Kenneth Branagh’s star-packed 2017 lush, big-screen-spectacle version of Murder on the Orient Express proved hugely popular at the box office — in spite of Branagh’s shaky accent and preposterous moustache — and spurned a second film Death on the Nile, which after some tricky problems arising from allegations of sexual misconduct against one of its stars, Armie Hammer, will finally be released next week.

Christie adaptations, while certainly demonstrating good doses of witty one-liners and sly PG Wodehouse influenced satire of the British class system, tend to remain overall devoted to the idea that, ultimately, murder is no laughing matter.

A film like 1985’s Jonathan Lynn-directed board game adaptation, Clue, is perhaps a better pick for an antecedent for the present black-humoured, high-jinks approach to the subject. There’s a brief wisecrack that acknowledges Clue’s influence in the profitable and more recently influential comedy whodunit Knives Out, released in 2019, directed by Rian Johnson and starring Daniel Craig as a Southern-drawling, cigar smoking private detective named Benoit Blanc, who finds himself at the stately home of a dead crime writer, having to negotiate the snake pit that is the family to figure out who done what.

So popular was Knives Out with audiences that Netflix paid a handsome $469m for the rights to produce two Craig-starring sequels, the first of which is due for release this year.

Hulu’s Only Murders in the Building stars long-time friends and comic collaborators Steve Martin and Martin Short and pop star turned actress with 300-million Instagram followers, Selena Gomez, as a disparate trio of crime podcast-obsessed residents of a swanky Manhattan apartment block who, when a murder is committed in their building, quickly become amateur sleuths and hosts of their own true crime podcast. The result has been a huge success for Hulu becoming the network’s most watched comedy show in the US and earning a no-brainer thumbs up for a second season order.

This week also sees the release of Murderville on Netflix — a US version of the British show Murder in Successville — in which Will Arnett stars as an over-the-top eccentric homicide detective who each week is assisted in his investigations by a new celebrity partner. The twist is that these weekly partners are not given a script and forced to improvise before being asked at the end of the episode to solve the murder. Arnett’s guests for the first season include Conan O’Brien, Sharon Stone and Kumail Nanjiani and the results are often hilariously silly entertainment that plays down murder’s foul nature in favour of the quirks and idiosyncrasies of the investigators.

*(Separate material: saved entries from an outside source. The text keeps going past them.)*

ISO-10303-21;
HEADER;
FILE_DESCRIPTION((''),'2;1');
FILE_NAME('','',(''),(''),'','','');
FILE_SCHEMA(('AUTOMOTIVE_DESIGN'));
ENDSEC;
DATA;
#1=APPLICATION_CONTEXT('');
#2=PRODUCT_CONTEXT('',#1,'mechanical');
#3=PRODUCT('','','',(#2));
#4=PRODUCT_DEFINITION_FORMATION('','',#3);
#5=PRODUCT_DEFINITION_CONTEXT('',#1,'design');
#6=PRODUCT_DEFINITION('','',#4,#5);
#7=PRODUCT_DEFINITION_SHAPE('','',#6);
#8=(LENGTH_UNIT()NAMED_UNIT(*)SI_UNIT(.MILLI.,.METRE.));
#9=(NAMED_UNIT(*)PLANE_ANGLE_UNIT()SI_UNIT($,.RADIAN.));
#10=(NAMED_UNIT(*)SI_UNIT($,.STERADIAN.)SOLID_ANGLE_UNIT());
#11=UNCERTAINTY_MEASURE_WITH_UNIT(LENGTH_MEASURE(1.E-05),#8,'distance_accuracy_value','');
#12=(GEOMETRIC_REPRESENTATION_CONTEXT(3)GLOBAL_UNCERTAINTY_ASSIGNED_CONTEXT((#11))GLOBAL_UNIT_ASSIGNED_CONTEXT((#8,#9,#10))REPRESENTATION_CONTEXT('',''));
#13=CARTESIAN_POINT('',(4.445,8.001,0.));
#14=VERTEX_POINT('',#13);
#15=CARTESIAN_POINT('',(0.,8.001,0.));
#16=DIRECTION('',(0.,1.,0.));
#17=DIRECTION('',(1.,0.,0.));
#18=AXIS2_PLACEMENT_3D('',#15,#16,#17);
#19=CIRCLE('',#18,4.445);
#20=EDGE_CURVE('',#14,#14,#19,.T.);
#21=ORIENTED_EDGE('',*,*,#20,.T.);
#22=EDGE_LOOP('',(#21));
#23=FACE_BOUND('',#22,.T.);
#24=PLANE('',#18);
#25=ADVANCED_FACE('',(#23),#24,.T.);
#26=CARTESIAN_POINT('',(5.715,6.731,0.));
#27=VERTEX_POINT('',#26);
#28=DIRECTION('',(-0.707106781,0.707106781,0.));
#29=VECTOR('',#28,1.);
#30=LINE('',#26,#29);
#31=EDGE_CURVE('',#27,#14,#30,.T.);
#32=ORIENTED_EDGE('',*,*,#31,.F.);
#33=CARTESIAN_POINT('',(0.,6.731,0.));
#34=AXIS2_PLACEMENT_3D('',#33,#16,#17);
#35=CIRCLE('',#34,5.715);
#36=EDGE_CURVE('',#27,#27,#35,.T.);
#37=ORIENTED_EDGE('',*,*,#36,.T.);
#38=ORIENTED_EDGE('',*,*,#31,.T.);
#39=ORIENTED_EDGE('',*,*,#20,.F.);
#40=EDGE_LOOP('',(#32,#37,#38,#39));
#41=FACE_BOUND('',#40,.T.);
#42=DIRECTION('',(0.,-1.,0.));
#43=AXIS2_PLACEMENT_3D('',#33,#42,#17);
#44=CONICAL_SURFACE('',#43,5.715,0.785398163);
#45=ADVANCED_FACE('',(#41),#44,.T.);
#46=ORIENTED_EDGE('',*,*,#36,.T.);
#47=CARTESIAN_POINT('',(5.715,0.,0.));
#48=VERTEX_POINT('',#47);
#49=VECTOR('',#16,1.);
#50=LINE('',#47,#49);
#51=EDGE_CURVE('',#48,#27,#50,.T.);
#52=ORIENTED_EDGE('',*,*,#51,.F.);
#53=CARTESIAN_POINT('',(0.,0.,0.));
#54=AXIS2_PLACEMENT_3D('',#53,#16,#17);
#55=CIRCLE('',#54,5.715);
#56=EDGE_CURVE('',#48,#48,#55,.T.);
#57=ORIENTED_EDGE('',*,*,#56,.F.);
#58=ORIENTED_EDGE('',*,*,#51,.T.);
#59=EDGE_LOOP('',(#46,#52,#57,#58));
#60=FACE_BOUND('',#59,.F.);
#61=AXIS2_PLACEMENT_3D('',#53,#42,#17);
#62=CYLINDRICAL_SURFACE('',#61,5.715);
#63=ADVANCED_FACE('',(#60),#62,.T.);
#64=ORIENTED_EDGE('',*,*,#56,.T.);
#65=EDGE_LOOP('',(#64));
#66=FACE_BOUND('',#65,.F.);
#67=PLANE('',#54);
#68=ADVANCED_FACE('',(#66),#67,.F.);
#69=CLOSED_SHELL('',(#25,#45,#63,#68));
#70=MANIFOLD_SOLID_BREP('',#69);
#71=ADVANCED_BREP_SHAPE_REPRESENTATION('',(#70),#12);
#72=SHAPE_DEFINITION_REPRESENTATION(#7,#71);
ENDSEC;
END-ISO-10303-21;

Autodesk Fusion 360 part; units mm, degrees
sketch "Sketch1" plane through (0, 0, 0) normal (0, 1, 0) x (1, 0, 0)
  circle A0 centre (0, 0) radius 5.715
  dimension "d3" = 11.43
extrude "Extrude1" add sketch "Sketch1" along normal blind 8.001 makes body 1
chamfer "Chamfer1" distance 1.27 angle 45 1 edges at (-5.3283, 8.001, 2.0666) on bodies 1
copy_body "Body->Comp1" bodies 1 removing the originals makes body 2 in component "Peg"
component "Peg" placed x (1, 0, 0) y (0, 1, 0) z (0, 0, 1) at (0, 0, 0)
equation "pegDiameter = 0.45 in"
equation "pegDepth = 0.2 in + boardThickness"
equation "d3 = pegDiameter"
equation "d4 = pegDepth"
equation "boardThickness = 0.115 in"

Though all of these new spins on a reliable favourite genre may play for laughs they still, thankfully for mystery fans, haven’t forgotten about the basic pleasure of the genre: the puzzle and its solving. As bbc.com writer Clare Thorp points out in an article on the new comic trends in screen crime: “Episodic television offers something films cannot — the chance for fans to share their theories — in person, on social media or on Reddit — as the show progresses, building excitement and anticipation.”

In the age of social media and weekly recaps, the classic whodunit episodic show has perhaps become the closest thing we have to an interactive form in which we test our grey matter as much as the detectives we’re watching.

We may not always figure out whodunit but we’re having plenty of fun trying to and these days, laughing all the way to the morgue because if you don’t laugh, you’ll probably die.